Reisen mit Nierenentzündung: Tipps für einen sicheren Urlaub
Basierend auf internationalen klinischen Leitlinien
Übersicht
Eine Nierenentzündung (Nephritis) ist eine entzündliche Erkrankung der Nieren. Die Nieren sind zwei bohnenförmige Organe, die das Blut filtern und Abfallstoffe über den Urin ausscheiden. Bei einer Entzündung können diese Funktionen gestört sein.
Wichtige Fakten
- Bei Reisen ist eine gute Vorbereitung wichtig.
- Besprechen Sie Ihre Reisepläne frühzeitig mit Ihrer Ärztin oder Ihrem Arzt.
- Achten Sie auf ausreichend Flüssigkeit und Hygiene.
Nierenentzündungen sind nicht sehr häufig, können aber Menschen jeden Alters betreffen.
Sie kann bei Kindern, Erwachsenen und älteren Menschen auftreten. Manche Formen sind bei Frauen oder Kindern häufiger.
Symptome
- Plötzlich sehr geringe Urinmenge oder gar kein Urin
- Schwere Atemnot oder geschwollene Lungen (Flüssigkeit im Körper)
- Krampfanfälle
- Bewusstlosigkeit oder starke Verwirrtheit
- ⚠Hohes Fieber über 38,5 °C
- ⚠Sichtbar blutiger Urin
- ⚠Starke Schmerzen im Bauch oder Rücken
- ⚠Schnelle Verschlechterung des Allgemeinzustands
Häufige Symptome
- Müdigkeit
- Schmerzen an den Flanken oder im Rücken
- Geschwollene Beine, Knöchel oder Augen
- Trüber Urin oder Blut im Urin
- Erhöhter Blutdruck
- Fieber
Symptome bei Kindern
- Fieber
- Essstörungen
- Erbrechen
- Blasses Aussehen
- Schmerzen beim Wasserlassen
- Bettnässen, das vorher nicht bestand
Symptome bei älteren Erwachsenen
- Verwirrtheit
- Allgemeine Schwäche
- Weniger deutliche Schmerzen
- Appetitlosigkeit
- Reduzierte Urinmenge
Ursachen
Hauptursachen
- Bakterielle Infektionen (z. B. nach einer Blasenentzündung)

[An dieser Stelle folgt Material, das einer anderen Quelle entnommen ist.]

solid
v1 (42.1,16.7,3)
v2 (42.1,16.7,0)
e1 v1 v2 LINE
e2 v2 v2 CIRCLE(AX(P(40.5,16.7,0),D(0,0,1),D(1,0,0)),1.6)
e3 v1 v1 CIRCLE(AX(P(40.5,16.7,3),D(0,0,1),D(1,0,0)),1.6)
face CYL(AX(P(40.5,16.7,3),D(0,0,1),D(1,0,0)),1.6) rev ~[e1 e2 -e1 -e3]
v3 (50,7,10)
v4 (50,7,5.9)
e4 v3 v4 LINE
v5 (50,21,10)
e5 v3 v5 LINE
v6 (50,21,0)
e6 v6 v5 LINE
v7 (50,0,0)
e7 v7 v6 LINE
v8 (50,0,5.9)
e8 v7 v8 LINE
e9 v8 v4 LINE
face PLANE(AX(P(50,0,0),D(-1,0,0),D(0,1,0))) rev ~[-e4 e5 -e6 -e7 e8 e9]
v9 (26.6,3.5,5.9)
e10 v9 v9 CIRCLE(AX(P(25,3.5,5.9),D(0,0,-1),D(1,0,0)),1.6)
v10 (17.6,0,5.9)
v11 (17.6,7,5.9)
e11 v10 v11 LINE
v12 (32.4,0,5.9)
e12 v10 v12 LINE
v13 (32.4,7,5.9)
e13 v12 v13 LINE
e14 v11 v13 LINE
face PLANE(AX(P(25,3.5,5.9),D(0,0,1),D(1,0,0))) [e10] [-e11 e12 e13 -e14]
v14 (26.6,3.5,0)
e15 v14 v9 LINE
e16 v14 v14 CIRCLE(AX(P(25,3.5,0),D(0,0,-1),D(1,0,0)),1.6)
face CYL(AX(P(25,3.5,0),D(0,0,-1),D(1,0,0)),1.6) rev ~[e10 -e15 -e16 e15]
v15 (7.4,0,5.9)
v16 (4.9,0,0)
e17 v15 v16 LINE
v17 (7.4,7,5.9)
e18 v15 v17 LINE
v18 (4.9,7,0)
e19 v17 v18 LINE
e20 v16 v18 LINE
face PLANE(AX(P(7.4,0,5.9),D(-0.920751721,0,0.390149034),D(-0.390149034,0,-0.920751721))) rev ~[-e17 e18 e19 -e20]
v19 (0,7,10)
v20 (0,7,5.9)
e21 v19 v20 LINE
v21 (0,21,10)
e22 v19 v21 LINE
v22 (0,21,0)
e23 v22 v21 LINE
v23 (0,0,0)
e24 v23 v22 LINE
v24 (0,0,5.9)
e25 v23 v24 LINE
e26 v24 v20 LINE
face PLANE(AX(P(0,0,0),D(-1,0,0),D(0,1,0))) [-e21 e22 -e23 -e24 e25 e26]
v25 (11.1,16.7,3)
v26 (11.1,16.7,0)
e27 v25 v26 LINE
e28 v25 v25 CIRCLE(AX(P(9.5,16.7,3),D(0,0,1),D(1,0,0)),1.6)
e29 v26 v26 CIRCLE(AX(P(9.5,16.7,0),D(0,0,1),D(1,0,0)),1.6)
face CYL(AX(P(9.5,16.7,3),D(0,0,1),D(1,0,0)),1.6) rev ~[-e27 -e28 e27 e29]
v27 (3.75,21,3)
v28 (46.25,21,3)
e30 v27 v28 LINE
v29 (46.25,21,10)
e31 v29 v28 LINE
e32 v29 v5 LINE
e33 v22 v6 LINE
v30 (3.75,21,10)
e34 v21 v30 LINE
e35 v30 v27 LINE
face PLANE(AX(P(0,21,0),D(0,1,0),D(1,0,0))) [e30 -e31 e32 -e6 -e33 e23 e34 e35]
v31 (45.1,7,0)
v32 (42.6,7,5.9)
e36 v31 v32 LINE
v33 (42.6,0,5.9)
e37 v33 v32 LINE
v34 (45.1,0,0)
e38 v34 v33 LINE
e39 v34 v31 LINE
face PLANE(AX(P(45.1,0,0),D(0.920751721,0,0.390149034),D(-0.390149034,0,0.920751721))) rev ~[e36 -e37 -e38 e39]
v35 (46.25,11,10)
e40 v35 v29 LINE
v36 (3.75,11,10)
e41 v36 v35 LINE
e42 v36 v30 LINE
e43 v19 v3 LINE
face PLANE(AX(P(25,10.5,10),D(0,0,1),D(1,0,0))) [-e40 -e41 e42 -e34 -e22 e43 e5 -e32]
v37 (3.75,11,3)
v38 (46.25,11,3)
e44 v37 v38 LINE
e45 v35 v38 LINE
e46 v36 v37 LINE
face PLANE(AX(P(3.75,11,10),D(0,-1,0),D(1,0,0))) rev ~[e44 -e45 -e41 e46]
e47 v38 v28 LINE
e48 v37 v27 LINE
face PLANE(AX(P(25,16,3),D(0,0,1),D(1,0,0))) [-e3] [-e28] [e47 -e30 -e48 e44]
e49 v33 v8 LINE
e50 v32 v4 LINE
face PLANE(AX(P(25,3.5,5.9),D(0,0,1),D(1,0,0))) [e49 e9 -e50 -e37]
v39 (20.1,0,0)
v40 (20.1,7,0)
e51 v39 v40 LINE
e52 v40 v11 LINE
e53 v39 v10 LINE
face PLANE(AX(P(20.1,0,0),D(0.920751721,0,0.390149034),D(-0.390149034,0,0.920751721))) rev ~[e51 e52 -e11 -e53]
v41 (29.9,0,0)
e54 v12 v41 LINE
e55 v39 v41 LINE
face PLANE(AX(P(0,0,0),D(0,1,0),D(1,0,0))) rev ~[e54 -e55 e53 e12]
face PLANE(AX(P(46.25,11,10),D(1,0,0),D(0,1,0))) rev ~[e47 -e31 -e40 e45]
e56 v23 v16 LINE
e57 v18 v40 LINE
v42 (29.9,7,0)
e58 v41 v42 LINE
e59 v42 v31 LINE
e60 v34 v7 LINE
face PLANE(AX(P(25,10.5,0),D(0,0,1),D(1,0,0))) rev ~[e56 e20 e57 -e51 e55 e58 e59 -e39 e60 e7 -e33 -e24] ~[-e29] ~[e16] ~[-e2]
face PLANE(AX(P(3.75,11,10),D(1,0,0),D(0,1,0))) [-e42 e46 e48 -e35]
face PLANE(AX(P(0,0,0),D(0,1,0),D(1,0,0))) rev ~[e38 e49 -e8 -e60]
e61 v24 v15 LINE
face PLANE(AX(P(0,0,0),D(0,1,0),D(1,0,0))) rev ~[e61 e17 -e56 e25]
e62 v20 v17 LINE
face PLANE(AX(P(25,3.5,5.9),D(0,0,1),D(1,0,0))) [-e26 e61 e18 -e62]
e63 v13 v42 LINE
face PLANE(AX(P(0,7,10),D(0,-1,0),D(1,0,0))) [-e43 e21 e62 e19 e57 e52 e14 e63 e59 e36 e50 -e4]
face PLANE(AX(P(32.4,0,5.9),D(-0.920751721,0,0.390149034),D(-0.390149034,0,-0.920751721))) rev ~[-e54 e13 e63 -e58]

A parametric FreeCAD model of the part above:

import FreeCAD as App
import Part
import Sketcher
from FreeCAD import Vector
Q = App.Units.Quantity


def add_polygon(sketch, points):
    """Adds a closed chain of lines whose ends are joined by coincident constraints."""
    first, n = sketch.GeometryCount, len(points)
    for a, b in zip(points, points[1:] + points[:1]):
        sketch.addGeometry(Part.LineSegment(App.Vector(*a, 0), App.Vector(*b, 0)), False)
    for i in range(n):
        sketch.addConstraint(Sketcher.Constraint("Coincident", first + i, 2, first + (i + 1) % n, 1))

doc = App.newDocument("Part")
body = doc.addObject("PartDesign::Body", "Body")

# Sketch on XY plane
sketch1 = doc.addObject("Sketcher::SketchObject", "Sketch")
body.addObject(sketch1)
sketch1.AttachmentSupport = (doc.XY_Plane, [""])
sketch1.MapMode = "FlatFace"
add_polygon(sketch1, [(0, 21), (0, 0), (50, 0), (50, 21)])  # lines 0-3
sketch1.addConstraint(Sketcher.Constraint("Vertical", 0))
sketch1.addConstraint(Sketcher.Constraint("Horizontal", 1))
sketch1.addConstraint(Sketcher.Constraint("Vertical", 2))
sketch1.addConstraint(Sketcher.Constraint("Horizontal", 3))
sketch1.addConstraint(Sketcher.Constraint("Coincident", 0, 2, -1, 1))
sketch1.addConstraint(Sketcher.Constraint("DistanceX", 1, 1, 1, 2, Q("50 mm")))
sketch1.addConstraint(Sketcher.Constraint("DistanceY", 0, 2, 0, 1, Q("21 mm")))
pad1 = doc.addObject("PartDesign::Pad", "Pad")
body.addObject(pad1)
pad1.Profile = sketch1
pad1.Length = 10

# Sketch on XY plane
sketch2 = doc.addObject("Sketcher::SketchObject", "Sketch001")
body.addObject(sketch2)
sketch2.AttachmentSupport = (doc.XY_Plane, [""])
sketch2.MapMode = "FlatFace"
sketch2.AttachmentOffset = App.Placement(Vector(0, 0, 10), App.Rotation())
add_polygon(sketch2, [(3.75, 21), (3.75, 11), (46.25, 11), (46.25, 21)])  # lines 0-3
sketch2.addConstraint(Sketcher.Constraint("Vertical", 0))
sketch2.addConstraint(Sketcher.Constraint("Horizontal", 1))
sketch2.addConstraint(Sketcher.Constraint("Vertical", 2))
sketch2.addConstraint(Sketcher.Constraint("Horizontal", 3))
sketch2.addConstraint(Sketcher.Constraint("DistanceY", 0, 2, 0, 1, Q("10 mm")))
sketch2.addConstraint(Sketcher.Constraint("DistanceX", 1, 1, 1, 2, Q("42.5 mm")))
sketch2.addConstraint(Sketcher.Constraint("DistanceY", -1, 1, 0, 2, Q("11 mm")))
sketch2.addConstraint(Sketcher.Constraint("DistanceX", -1, 1, 0, 2, Q("3.75 mm")))
pocket1 = doc.addObject("PartDesign::Pocket", "Pocket")
body.addObject(pocket1)
pocket1.Profile = sketch2
pocket1.Length = 7

# Sketch on XY plane
sketch3 = doc.addObject("Sketcher::SketchObject", "Sketch002")
body.addObject(sketch3)
sketch3.AttachmentSupport = (doc.XY_Plane, [""])
sketch3.MapMode = "FlatFace"
sketch3.AttachmentOffset = App.Placement(Vector(0, 0, 3), App.Rotation())
sketch3.addGeometry(Part.Circle(Vector(9.5, 16.7, 0), Vector(0, 0, 1), 1.6), False)
sketch3.addGeometry(Part.Circle(Vector(40.5, 16.7, 0), Vector(0, 0, 1), 1.6), False)
sketch3.addConstraint(Sketcher.Constraint("Equal", 0, 1))
sketch3.addConstraint(Sketcher.Constraint("Horizontal", 0, 3, 1, 3))
sketch3.addConstraint(Sketcher.Constraint("Diameter", 0, Q("3.2 mm")))
sketch3.addConstraint(Sketcher.Constraint("DistanceX", 0, 3, 1, 3, Q("31 mm")))
sketch3.addConstraint(Sketcher.Constraint("DistanceX", -1, 1, 0, 3, Q("9.5 mm")))
sketch3.addConstraint(Sketcher.Constraint("DistanceY", -1, 1, 0, 3, Q("16.7 mm")))
pocket2 = doc.addObject("PartDesign::Pocket", "Pocket001")
body.addObject(pocket2)
pocket2.Profile = sketch3
pocket2.Length = 5

# Sketch on XZ plane
sketch4 = doc.addObject("Sketcher::SketchObject", "Sketch003")
body.addObject(sketch4)
sketch4.AttachmentSupport = (doc.XZ_Plane, [""])
sketch4.MapMode = "FlatFace"
add_polygon(sketch4, [(4.9, 0), (20.1, 0), (17.6, 5.9), (7.4, 5.9)])  # lines 0-3
add_polygon(sketch4, [(29.9, 0), (45.1, 0), (42.6, 5.9), (32.4, 5.9)])  # lines 4-7
sketch4.addConstraint(Sketcher.Constraint("Horizontal", 0))
sketch4.addConstraint(Sketcher.Constraint("Horizontal", 2))
sketch4.addConstraint(Sketcher.Constraint("Horizontal", 4))
sketch4.addConstraint(Sketcher.Constraint("Horizontal", 6))
sketch4.addConstraint(Sketcher.Constraint("PointOnObject", 0, 2, -1))
sketch4.addConstraint(Sketcher.Constraint("PointOnObject", 4, 2, -1))
sketch4.addConstraint(Sketcher.Constraint("Parallel", 1, 5))
sketch4.addConstraint(Sketcher.Constraint("Parallel", 3, 7))
sketch4.addConstraint(Sketcher.Constraint("Horizontal", 2, 2, 5, 2))
sketch4.addConstraint(Sketcher.Constraint("Equal", 0, 4))
sketch4.addConstraint(Sketcher.Constraint("Equal", 1, 3))
sketch4.addConstraint(Sketcher.Constraint("DistanceX", 0, 1, 0, 2, Q("15.2 mm")))
sketch4.addConstraint(Sketcher.Constraint("DistanceX", 2, 2, 2, 1, Q("10.2 mm")))
sketch4.addConstraint(Sketcher.Constraint("DistanceX", 0, 2, 4, 2, Q("25 mm")))
sketch4.addConstraint(Sketcher.Constraint("DistanceX", -1, 1, 0, 2, Q("20.1 mm")))
sketch4.addConstraint(Sketcher.Constraint("DistanceY", -1, 1, 1, 2, Q("5.9 mm")))
pocket3 = doc.addObject("PartDesign::Pocket", "Pocket002")
body.addObject(pocket3)
pocket3.Profile = sketch4
pocket3.Length = 7

# Sketch on XY plane
sketch5 = doc.addObject("Sketcher::SketchObject", "Sketch004")
body.addObject(sketch5)
sketch5.AttachmentSupport = (doc.XY_Plane, [""])
sketch5.MapMode = "FlatFace"
sketch5.AttachmentOffset = App.Placement(Vector(0, 0, 10), App.Rotation())
add_polygon(sketch5, [(0, 7), (0, 0), (50, 0), (50, 7)])  # lines 0-3
sketch5.addConstraint(Sketcher.Constraint("Vertical", 0))
sketch5.addConstraint(Sketcher.Constraint("Horizontal", 1))
sketch5.addConstraint(Sketcher.Constraint("Vertical", 2))
sketch5.addConstraint(Sketcher.Constraint("Horizontal", 3))
sketch5.addConstraint(Sketcher.Constraint("Coincident", 0, 2, -1, 1))
sketch5.addConstraint(Sketcher.Constraint("DistanceX", 1, 1, 1, 2, Q("50 mm")))
sketch5.addConstraint(Sketcher.Constraint("DistanceY", 0, 2, 0, 1, Q("7 mm")))
pocket4 = doc.addObject("PartDesign::Pocket", "Pocket003")
body.addObject(pocket4)
pocket4.Profile = sketch5
pocket4.Length = 4.1

# Sketch on XY plane
sketch6 = doc.addObject("Sketcher::SketchObject", "Sketch005")
body.addObject(sketch6)
sketch6.AttachmentSupport = (doc.XY_Plane, [""])
sketch6.MapMode = "FlatFace"
sketch6.addGeometry(Part.Circle(Vector(25, 3.5, 0), Vector(0, 0, 1), 1.6), False)
sketch6.addConstraint(Sketcher.Constraint("Diameter", 0, Q("3.2 mm")))
sketch6.addConstraint(Sketcher.Constraint("DistanceX", -1, 1, 0, 3, Q("25 mm")))
sketch6.addConstraint(Sketcher.Constraint("DistanceY", -1, 1, 0, 3, Q("3.5 mm")))
pocket5 = doc.addObject("PartDesign::Pocket", "Pocket004")
body.addObject(pocket5)
pocket5.Profile = sketch6
pocket5.Type = "ThroughAll"
pocket5.Reversed = True

doc.recompute()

- Autoimmunerkrankungen (das Immunsystem greift die eigenen Nieren an)
- Viren
- Bestimmte Medikamente oder Gifte (nach ärztlicher Abklärung)
Risikofaktoren
- Wiederholte Harnwegsinfektionen
- Diabetes
- Hoher Blutdruck
- Autoimmunerkrankungen
- Reisen in Gebiete mit mangelnder Hygiene oder anderen Infektionsrisiken
Wann zum Arzt
Dringend zum Arzt, wenn:
- Wenn Sie Symptome einer Nierenentzündung bemerken, wie Blut im Urin, starke Schwellungen oder hohes Fieber, suchen Sie noch am selben Tag ärztliche Hilfe.
- Wenn während der Reise Schmerzen oder Fieber auftreten, wenden Sie sich an die örtliche Gesundheitsversorgung.

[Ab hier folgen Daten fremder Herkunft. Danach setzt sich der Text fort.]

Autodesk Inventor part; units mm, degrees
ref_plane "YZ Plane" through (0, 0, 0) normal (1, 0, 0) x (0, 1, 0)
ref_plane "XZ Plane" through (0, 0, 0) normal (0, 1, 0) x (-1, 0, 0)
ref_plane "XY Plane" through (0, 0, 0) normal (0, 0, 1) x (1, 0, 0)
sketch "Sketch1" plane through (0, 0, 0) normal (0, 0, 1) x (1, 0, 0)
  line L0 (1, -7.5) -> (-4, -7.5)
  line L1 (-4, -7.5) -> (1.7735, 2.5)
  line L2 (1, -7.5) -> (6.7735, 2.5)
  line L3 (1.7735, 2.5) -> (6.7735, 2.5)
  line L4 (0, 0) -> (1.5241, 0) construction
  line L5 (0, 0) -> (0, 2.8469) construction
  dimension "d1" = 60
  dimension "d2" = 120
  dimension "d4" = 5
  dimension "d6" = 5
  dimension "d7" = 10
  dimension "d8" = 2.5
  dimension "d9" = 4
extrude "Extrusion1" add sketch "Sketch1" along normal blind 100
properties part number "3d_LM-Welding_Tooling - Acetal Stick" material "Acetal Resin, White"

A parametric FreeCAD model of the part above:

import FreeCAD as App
import Part
import Sketcher
from FreeCAD import Vector
Q = App.Units.Quantity

doc = App.newDocument("Part")
body = doc.addObject("PartDesign::Body", "Body")

# Sketch on XY plane
sketch1 = doc.addObject("Sketcher::SketchObject", "Sketch")
body.addObject(sketch1)
sketch1.AttachmentSupport = (doc.XY_Plane, [""])
sketch1.MapMode = "FlatFace"
sketch1.addGeometry(Part.LineSegment(Vector(-4, -8, 0), Vector(1, -8, 0)), False)
sketch1.addGeometry(Part.LineSegment(Vector(1, -8, 0), Vector(7, 2, 0)), False)
sketch1.addGeometry(Part.LineSegment(Vector(7, 2, 0), Vector(2, 2, 0)), False)
sketch1.addGeometry(Part.LineSegment(Vector(2, 2, 0), Vector(-4, -8, 0)), False)
sketch1.addConstraint(Sketcher.Constraint("Coincident", 0, 2, 1, 1))
sketch1.addConstraint(Sketcher.Constraint("Coincident", 1, 2, 2, 1))
sketch1.addConstraint(Sketcher.Constraint("Coincident", 2, 2, 3, 1))
sketch1.addConstraint(Sketcher.Constraint("Coincident", 3, 2, 0, 1))
sketch1.addConstraint(Sketcher.Constraint("Horizontal", 0))
sketch1.addConstraint(Sketcher.Constraint("Horizontal", 2))
sketch1.addConstraint(Sketcher.Constraint("Parallel", 1, 3))
sketch1.addConstraint(Sketcher.Constraint("DistanceX", 0, 1, 0, 2, 5.0))
sketch1.addConstraint(Sketcher.Constraint("Angle", 1, Q("60 deg")))
sketch1.addConstraint(Sketcher.Constraint("DistanceX", 3, 2, -1, 1, 4.0))
sketch1.addConstraint(Sketcher.Constraint("DistanceY", 0, 2, 1, 2, 10.0))
sketch1.addConstraint(Sketcher.Constraint("DistanceY", -1, 1, 1, 2, 2.5))
pad1 = doc.addObject("PartDesign::Pad", "Pad")
body.addObject(pad1)
pad1.Profile = sketch1
pad1.Length = 100

doc.recompute()
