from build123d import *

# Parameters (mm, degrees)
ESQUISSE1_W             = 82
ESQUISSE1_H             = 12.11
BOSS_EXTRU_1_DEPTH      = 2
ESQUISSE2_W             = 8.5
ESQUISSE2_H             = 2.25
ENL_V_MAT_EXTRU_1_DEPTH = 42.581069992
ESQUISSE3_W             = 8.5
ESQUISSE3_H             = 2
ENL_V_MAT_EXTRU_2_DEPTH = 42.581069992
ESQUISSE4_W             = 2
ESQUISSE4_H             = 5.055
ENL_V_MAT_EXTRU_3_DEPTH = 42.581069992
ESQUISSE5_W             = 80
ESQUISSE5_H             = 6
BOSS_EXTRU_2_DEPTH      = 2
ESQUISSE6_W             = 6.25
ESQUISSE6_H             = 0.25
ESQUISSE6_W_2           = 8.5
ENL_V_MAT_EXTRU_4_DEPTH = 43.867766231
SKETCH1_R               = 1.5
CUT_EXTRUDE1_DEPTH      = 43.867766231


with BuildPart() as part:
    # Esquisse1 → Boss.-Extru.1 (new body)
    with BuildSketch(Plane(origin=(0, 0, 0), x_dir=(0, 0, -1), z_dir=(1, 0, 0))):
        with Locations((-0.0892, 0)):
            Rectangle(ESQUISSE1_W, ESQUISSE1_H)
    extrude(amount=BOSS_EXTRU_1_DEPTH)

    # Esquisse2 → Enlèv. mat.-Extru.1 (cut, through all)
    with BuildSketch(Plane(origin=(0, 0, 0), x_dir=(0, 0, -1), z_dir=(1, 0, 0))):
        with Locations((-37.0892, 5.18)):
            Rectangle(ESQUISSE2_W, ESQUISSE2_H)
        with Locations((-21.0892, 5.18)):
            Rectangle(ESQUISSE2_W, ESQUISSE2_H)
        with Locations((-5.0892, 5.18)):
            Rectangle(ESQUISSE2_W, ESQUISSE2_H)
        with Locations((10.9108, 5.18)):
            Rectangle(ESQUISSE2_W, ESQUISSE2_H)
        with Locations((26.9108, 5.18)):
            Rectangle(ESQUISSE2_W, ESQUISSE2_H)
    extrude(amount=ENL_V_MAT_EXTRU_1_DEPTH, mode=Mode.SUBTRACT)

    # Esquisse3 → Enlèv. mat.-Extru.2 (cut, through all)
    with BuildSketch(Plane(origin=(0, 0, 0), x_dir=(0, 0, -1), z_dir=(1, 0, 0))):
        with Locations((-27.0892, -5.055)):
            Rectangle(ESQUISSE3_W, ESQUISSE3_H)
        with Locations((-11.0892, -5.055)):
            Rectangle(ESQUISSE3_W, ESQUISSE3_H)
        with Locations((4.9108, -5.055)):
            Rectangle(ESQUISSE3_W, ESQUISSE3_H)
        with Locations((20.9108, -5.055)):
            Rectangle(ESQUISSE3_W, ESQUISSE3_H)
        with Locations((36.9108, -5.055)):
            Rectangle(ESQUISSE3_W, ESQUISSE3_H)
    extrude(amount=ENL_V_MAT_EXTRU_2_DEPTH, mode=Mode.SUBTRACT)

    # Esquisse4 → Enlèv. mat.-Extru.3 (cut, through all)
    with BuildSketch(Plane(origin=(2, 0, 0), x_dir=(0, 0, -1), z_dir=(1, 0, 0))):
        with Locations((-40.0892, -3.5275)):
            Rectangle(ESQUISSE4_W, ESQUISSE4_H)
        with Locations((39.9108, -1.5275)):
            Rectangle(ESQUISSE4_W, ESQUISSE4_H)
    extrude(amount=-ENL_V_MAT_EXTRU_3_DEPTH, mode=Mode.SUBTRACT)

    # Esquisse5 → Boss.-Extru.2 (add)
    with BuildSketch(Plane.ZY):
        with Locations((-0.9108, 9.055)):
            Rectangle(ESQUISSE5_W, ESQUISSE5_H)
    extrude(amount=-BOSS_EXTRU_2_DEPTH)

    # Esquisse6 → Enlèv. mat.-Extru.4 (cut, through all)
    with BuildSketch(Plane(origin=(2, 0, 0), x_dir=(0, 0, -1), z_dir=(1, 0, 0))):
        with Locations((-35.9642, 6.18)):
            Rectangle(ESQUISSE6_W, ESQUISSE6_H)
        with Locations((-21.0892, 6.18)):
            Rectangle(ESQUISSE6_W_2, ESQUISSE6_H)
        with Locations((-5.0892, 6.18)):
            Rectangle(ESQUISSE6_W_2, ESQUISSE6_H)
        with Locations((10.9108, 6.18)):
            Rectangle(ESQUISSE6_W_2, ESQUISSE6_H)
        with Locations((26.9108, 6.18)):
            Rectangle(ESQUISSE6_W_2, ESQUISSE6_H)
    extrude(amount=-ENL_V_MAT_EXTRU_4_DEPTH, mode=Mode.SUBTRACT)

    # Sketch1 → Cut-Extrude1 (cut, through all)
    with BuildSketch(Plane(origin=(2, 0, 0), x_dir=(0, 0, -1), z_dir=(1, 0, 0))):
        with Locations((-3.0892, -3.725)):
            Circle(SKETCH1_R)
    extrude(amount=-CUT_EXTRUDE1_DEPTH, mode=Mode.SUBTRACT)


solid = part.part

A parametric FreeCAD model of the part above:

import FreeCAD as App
import Part
import Sketcher
Q = App.Units.Quantity


def add_polygon(sketch, points):
    """Adds a closed chain of lines whose ends are joined by coincident constraints."""
    first, n = sketch.GeometryCount, len(points)
    for a, b in zip(points, points[1:] + points[:1]):
        sketch.addGeometry(Part.LineSegment(App.Vector(*a, 0), App.Vector(*b, 0)), False)
    for i in range(n):
        sketch.addConstraint(Sketcher.Constraint("Coincident", first + i, 2, first + (i + 1) % n, 1))

doc = App.newDocument("Part")
body = doc.addObject("PartDesign::Body", "Body")

# Sketch on YZ plane
sketch1 = body.newObject("Sketcher::SketchObject", "Sketch")
sketch1.AttachmentSupport = (doc.getObject("YZ_Plane"), [""])
sketch1.MapMode = "FlatFace"
add_polygon(sketch1, [(6, 41), (-6, 41), (-6, -41), (6, -41)])  # lines 0-3
sketch1.addConstraint(Sketcher.Constraint("Horizontal", 0))
sketch1.addConstraint(Sketcher.Constraint("Vertical", 1))
sketch1.addConstraint(Sketcher.Constraint("Horizontal", 2))
sketch1.addConstraint(Sketcher.Constraint("Vertical", 3))
sketch1.addConstraint(Sketcher.Constraint("DistanceY", 1, 2, 1, 1, Q("82 mm")))
sketch1.addConstraint(Sketcher.Constraint("DistanceX", 0, 2, 0, 1, Q("12.11 mm")))
sketch1.addConstraint(Sketcher.Constraint("DistanceX", 0, 2, -1, 1, Q("6.055 mm")))
sketch1.addConstraint(Sketcher.Constraint("DistanceY", -1, 1, 0, 2, Q("41.0892 mm")))
pad1 = body.newObject("PartDesign::Pad", "Pad")
pad1.Profile = sketch1
pad1.Length = 2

Einen Routinetermin vereinbaren, wenn:
- Wenn Sie eine Nierenentzündung haben und verreisen möchten, sprechen Sie mindestens 4 bis 6 Wochen vorher mit Ihrer Ärztin oder Ihrem Arzt.
- Planen Sie Kontrolluntersuchungen vor und nach der Reise.
Diagnose
Die Ärztin oder der Arzt spricht mit Ihnen über Ihre Beschwerden und untersucht Sie. Es werden in der Regel Urin- und Blutproben untersucht.
Mögliche Untersuchungen
- Urintest (Nachweis von Eiweiß, Blut oder Bakterien)
- Bluttest (Kontrolle der Nierenwerte, z. B. Kreatinin)
- Ultraschalluntersuchung der Nieren
- In manchen Fällen eine Nierenbiopsie (Entnahme einer kleinen Gewebeprobe)
Was Sie bei Ihrem Termin erwartet
Die Untersuchungen sind meist schmerzfrei. Bei einer Biopsie erhalten Sie vorher eine örtliche Betäubung. Nach dem Eingriff werden Sie kurz überwacht.
Behandlung
Die Behandlung hängt von der Ursache und dem Schweregrad der Nierenentzündung ab. Bei Reisen ist es wichtig, sich vorher über die medizinische Versorgung am Urlaubsort zu informieren und ausreichend Medikamente für die Reisedauer mitzunehmen.
Selbsthilfe zu Hause
- Viel trinken (Wasser oder Kräutertee), sofern die Ärztin oder der Arzt keine Flüssigkeitsbeschränkung empfiehlt
- Den Körper schonen und ausreichend schlafen
- Auf Alkohol und Rauchen verzichten
- Auf Hygiene achten, z. B. Händewaschen, um Infektionen zu vermeiden
- Medikamente genau nach ärztlicher Anweisung einnehmen
Medizinische Behandlungen
Zur Behandlung werden je nach Ursache folgende Ansätze eingesetzt: Antibiotika bei bakteriellen Infektionen (vom Arzt verordnet), Medikamente, die das Immunsystem beruhigen (bei Autoimmunerkrankungen), und Mittel gegen Bluthochdruck oder Entzündungen. Ihr Arzt entscheidet, welche Therapie für Sie geeignet ist. Nehmen Sie niemals Medikamente ohne ärztlichen Rat ein.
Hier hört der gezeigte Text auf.